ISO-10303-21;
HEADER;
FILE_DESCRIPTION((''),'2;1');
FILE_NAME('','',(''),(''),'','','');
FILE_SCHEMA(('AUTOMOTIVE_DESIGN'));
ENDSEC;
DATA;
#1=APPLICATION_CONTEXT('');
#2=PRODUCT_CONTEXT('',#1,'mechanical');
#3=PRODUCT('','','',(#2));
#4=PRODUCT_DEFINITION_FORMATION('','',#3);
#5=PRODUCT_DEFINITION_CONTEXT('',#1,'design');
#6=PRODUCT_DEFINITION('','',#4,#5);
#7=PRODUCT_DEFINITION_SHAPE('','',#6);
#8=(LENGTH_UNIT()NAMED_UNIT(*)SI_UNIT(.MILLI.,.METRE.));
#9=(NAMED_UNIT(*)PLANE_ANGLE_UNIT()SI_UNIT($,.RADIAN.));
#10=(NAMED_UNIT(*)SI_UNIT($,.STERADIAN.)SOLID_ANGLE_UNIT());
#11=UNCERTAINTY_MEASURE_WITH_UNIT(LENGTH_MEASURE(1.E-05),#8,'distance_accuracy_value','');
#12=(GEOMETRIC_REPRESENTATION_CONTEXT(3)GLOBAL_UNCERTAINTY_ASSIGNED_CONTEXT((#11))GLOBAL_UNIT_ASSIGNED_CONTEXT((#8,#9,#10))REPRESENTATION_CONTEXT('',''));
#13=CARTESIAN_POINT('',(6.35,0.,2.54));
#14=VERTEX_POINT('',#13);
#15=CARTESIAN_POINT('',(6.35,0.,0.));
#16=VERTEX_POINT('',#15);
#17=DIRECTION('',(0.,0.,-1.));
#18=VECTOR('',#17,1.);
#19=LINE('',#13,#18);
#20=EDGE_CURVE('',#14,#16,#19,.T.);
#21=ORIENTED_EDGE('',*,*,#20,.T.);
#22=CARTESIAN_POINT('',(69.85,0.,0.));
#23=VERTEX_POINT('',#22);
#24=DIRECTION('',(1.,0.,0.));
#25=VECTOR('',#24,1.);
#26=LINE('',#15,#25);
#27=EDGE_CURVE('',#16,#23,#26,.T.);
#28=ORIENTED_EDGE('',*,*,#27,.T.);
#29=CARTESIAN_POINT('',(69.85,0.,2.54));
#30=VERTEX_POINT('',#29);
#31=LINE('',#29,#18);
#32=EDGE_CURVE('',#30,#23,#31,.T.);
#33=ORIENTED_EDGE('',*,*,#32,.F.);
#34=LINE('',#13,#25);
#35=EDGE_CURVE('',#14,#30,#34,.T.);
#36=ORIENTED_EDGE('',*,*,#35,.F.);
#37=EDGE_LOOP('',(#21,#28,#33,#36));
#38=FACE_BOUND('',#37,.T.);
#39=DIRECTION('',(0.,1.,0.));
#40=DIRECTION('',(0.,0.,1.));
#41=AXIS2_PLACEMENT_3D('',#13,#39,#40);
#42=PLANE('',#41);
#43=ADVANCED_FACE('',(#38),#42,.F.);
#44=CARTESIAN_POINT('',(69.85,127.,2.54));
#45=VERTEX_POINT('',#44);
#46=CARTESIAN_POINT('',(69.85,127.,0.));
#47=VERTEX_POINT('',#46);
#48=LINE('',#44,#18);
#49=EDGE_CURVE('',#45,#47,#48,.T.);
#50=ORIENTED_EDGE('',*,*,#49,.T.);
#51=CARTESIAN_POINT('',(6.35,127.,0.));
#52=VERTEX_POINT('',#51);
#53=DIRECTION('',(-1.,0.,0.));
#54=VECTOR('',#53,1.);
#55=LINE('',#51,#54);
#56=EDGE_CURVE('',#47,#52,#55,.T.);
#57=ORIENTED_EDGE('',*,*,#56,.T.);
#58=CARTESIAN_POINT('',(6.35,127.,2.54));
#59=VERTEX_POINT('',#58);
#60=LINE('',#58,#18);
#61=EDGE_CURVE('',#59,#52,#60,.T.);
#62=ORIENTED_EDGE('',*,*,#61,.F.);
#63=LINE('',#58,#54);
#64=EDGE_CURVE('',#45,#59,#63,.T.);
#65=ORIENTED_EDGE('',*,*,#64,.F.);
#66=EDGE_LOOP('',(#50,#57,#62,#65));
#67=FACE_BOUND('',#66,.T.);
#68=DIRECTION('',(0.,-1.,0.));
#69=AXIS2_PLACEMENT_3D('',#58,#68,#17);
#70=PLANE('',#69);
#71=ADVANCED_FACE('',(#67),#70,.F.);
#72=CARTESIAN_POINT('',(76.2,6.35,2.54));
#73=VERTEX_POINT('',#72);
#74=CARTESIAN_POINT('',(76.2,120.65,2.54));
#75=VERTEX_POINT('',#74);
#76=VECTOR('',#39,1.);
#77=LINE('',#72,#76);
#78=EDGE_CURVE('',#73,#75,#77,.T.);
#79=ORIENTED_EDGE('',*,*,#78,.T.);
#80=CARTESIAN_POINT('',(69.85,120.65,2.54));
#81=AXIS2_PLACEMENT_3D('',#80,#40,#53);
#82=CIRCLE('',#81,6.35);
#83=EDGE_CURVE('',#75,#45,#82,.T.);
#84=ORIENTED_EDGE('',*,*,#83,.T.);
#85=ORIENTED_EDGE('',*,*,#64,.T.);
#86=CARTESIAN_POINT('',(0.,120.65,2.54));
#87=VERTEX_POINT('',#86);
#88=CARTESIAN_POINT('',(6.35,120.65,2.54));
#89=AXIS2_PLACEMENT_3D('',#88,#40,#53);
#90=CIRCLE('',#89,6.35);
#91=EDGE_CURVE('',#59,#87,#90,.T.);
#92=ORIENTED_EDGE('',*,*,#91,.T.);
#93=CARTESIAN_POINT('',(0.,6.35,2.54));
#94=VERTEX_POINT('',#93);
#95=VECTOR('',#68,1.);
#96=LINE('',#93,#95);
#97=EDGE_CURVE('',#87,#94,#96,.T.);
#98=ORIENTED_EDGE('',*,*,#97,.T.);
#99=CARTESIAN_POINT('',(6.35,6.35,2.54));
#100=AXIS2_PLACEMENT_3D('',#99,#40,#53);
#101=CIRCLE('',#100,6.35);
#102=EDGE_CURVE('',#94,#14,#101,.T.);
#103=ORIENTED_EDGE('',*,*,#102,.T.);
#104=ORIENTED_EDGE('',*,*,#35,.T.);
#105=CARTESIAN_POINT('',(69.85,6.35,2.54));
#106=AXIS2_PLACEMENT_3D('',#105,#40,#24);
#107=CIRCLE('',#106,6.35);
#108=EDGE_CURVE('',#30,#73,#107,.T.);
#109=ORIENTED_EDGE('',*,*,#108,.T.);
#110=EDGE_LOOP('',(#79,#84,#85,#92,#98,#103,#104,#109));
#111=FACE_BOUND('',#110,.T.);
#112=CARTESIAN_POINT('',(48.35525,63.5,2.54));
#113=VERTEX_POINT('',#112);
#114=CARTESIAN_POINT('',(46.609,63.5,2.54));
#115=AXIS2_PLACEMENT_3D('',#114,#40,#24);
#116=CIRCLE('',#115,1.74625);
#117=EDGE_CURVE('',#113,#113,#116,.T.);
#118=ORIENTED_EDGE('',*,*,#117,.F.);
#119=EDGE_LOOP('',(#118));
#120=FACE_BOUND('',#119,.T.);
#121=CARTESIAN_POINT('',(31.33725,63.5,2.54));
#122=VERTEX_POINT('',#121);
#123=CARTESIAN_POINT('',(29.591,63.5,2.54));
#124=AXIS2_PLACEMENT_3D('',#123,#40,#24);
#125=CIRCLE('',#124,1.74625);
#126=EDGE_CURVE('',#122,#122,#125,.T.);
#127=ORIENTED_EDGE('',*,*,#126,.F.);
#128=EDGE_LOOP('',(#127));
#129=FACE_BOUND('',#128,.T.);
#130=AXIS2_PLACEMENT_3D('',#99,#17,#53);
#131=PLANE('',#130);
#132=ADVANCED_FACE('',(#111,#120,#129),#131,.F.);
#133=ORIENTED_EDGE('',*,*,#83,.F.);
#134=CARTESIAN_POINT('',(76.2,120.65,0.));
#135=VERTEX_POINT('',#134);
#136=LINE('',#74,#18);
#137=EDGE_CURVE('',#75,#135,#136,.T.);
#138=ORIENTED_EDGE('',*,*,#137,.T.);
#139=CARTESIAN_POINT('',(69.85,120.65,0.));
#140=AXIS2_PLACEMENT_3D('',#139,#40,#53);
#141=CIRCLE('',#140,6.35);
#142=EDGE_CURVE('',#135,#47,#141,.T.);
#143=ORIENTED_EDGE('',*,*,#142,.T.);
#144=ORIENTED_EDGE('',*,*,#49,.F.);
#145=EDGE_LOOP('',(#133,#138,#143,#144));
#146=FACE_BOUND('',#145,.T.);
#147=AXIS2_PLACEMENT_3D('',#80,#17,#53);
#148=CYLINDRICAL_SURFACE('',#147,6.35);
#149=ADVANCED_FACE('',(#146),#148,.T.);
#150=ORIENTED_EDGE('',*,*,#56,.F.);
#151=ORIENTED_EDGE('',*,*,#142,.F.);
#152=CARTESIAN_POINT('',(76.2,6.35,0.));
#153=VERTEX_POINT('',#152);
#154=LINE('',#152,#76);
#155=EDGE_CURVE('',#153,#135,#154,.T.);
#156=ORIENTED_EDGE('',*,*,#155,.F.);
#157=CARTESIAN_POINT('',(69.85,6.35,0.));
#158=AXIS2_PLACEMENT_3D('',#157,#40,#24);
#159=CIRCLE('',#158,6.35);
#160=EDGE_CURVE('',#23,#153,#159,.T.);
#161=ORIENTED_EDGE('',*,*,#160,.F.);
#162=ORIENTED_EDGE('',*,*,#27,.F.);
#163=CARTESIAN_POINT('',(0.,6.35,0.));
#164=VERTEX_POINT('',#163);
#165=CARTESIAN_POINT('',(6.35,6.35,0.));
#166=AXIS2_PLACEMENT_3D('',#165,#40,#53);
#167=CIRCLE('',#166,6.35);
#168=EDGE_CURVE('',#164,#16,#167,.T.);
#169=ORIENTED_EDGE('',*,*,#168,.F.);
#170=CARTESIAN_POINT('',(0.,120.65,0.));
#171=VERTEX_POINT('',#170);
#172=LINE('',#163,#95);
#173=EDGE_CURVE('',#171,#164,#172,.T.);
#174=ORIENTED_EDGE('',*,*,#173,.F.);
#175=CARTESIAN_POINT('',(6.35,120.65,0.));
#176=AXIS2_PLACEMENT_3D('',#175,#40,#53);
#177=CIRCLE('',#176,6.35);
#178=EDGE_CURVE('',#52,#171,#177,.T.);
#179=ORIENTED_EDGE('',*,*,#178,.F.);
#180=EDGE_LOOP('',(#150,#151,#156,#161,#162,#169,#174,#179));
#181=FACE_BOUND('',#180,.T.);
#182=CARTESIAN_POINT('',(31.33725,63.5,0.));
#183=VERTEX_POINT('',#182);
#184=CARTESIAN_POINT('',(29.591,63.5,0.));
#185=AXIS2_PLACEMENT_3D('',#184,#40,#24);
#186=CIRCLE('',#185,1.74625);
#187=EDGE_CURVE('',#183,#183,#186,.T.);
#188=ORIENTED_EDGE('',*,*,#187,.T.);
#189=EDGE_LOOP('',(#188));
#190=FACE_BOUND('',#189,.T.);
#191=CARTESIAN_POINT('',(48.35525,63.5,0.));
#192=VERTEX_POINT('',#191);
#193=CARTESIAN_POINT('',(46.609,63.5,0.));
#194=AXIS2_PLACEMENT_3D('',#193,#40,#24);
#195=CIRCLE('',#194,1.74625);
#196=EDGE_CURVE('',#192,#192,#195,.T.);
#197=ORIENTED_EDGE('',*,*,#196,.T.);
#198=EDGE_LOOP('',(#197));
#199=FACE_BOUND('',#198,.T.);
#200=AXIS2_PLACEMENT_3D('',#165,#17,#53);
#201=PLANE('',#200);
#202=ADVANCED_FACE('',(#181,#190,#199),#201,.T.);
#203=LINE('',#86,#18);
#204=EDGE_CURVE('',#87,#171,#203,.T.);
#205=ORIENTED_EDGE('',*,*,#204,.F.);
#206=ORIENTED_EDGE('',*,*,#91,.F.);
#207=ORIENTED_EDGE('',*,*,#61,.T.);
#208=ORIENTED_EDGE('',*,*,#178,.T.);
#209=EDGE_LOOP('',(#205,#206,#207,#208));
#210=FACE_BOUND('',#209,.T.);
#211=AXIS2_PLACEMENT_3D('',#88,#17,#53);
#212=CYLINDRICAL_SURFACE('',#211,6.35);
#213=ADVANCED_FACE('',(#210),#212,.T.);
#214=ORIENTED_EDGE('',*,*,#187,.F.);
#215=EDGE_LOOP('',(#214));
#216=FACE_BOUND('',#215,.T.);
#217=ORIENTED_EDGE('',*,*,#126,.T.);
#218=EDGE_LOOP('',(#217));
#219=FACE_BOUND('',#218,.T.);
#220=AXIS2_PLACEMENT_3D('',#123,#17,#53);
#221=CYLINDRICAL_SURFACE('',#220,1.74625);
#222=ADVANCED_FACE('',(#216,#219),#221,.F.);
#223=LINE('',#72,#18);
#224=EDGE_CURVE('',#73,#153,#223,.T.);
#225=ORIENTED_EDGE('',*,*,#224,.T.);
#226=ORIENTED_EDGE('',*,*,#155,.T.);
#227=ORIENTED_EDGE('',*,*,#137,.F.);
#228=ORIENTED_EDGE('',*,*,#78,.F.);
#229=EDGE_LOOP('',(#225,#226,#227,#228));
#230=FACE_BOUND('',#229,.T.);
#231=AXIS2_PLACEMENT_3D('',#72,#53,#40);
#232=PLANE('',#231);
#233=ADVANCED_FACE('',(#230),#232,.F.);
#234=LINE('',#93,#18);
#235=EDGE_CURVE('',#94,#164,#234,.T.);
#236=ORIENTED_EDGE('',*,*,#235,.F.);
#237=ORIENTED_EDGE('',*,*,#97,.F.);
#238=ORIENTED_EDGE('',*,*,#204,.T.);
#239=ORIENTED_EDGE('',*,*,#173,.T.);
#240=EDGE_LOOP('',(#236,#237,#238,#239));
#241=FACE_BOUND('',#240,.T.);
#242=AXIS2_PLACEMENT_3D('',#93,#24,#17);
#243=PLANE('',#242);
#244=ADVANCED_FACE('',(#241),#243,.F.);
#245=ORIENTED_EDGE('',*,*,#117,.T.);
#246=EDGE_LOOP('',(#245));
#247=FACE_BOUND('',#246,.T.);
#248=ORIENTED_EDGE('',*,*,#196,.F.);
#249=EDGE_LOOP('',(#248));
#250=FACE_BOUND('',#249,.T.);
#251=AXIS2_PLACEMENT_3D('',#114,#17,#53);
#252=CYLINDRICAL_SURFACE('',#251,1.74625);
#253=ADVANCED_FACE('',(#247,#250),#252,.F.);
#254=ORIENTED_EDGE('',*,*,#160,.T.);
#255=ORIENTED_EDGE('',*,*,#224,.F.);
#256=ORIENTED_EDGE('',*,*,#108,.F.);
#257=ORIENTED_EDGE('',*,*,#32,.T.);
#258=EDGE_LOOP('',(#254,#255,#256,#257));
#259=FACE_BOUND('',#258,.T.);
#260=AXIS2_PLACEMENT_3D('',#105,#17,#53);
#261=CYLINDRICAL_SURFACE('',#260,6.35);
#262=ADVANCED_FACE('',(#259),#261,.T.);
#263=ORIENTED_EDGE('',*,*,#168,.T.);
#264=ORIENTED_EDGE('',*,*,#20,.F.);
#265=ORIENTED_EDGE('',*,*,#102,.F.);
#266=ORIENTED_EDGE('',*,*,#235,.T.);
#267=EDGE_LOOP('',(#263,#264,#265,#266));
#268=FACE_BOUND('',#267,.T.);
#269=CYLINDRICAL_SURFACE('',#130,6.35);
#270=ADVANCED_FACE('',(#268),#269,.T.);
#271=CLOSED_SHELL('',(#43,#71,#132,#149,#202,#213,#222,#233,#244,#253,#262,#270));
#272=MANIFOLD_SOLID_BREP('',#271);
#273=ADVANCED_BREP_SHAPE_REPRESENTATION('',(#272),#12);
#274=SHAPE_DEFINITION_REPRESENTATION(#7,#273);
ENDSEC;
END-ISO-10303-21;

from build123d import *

# Parameters (mm, degrees)
SKETCH1_R           = 1.74625
BOSS_EXTRUDE1_DEPTH = 2.54


with BuildPart() as part:
    # Sketch1 → Boss-Extrude1 (new body)
    with BuildSketch(Plane.XY):
        with BuildLine():
            Line((6.35, 0), (69.85, 0))
            ThreePointArc((69.85, 0), (74.340128061, 1.859871939), (76.2, 6.35))
            Line((76.2, 6.35), (76.2, 120.65))
            ThreePointArc((76.2, 120.65), (74.340128061, 125.140128061), (69.85, 127))
            Line((69.85, 127), (6.35, 127))
            ThreePointArc((6.35, 127), (1.859871939, 125.140128061), (0, 120.65))
            Line((0, 120.65), (0, 6.35))
            ThreePointArc((0, 6.35), (1.859871939, 1.859871939), (6.35, 0))
        make_face()
        with Locations((29.591, 63.5)):
            Circle(SKETCH1_R, mode=Mode.SUBTRACT)
        with Locations((46.609, 63.5)):
            Circle(SKETCH1_R, mode=Mode.SUBTRACT)
    extrude(amount=BOSS_EXTRUDE1_DEPTH)


solid = part.part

_____

§ **PROBLEM**: Reproduce exactly the entries above, limited to the lines from the one with "#220=AXIS2_PLACEMENT_3D('',#123,#17,#53);" through the one with "#249=EDGE_LOOP('',(#248));", both included.

§ **TASK OUTPUT**:
#220=AXIS2_PLACEMENT_3D('',#123,#17,#53);
#221=CYLINDRICAL_SURFACE('',#220,1.74625);
#222=ADVANCED_FACE('',(#216,#219),#221,.F.);
#223=LINE('',#72,#18);
#224=EDGE_CURVE('',#73,#153,#223,.T.);
#225=ORIENTED_EDGE('',*,*,#224,.T.);
#226=ORIENTED_EDGE('',*,*,#155,.T.);
#227=ORIENTED_EDGE('',*,*,#137,.F.);
#228=ORIENTED_EDGE('',*,*,#78,.F.);
#229=EDGE_LOOP('',(#225,#226,#227,#228));
#230=FACE_BOUND('',#229,.T.);
#231=AXIS2_PLACEMENT_3D('',#72,#53,#40);
#232=PLANE('',#231);
#233=ADVANCED_FACE('',(#230),#232,.F.);
#234=LINE('',#93,#18);
#235=EDGE_CURVE('',#94,#164,#234,.T.);
#236=ORIENTED_EDGE('',*,*,#235,.F.);
#237=ORIENTED_EDGE('',*,*,#97,.F.);
#238=ORIENTED_EDGE('',*,*,#204,.T.);
#239=ORIENTED_EDGE('',*,*,#173,.T.);
#240=EDGE_LOOP('',(#236,#237,#238,#239));
#241=FACE_BOUND('',#240,.T.);
#242=AXIS2_PLACEMENT_3D('',#93,#24,#17);
#243=PLANE('',#242);
#244=ADVANCED_FACE('',(#241),#243,.F.);
#245=ORIENTED_EDGE('',*,*,#117,.T.);
#246=EDGE_LOOP('',(#245));
#247=FACE_BOUND('',#246,.T.);
#248=ORIENTED_EDGE('',*,*,#196,.F.);
#249=EDGE_LOOP('',(#248));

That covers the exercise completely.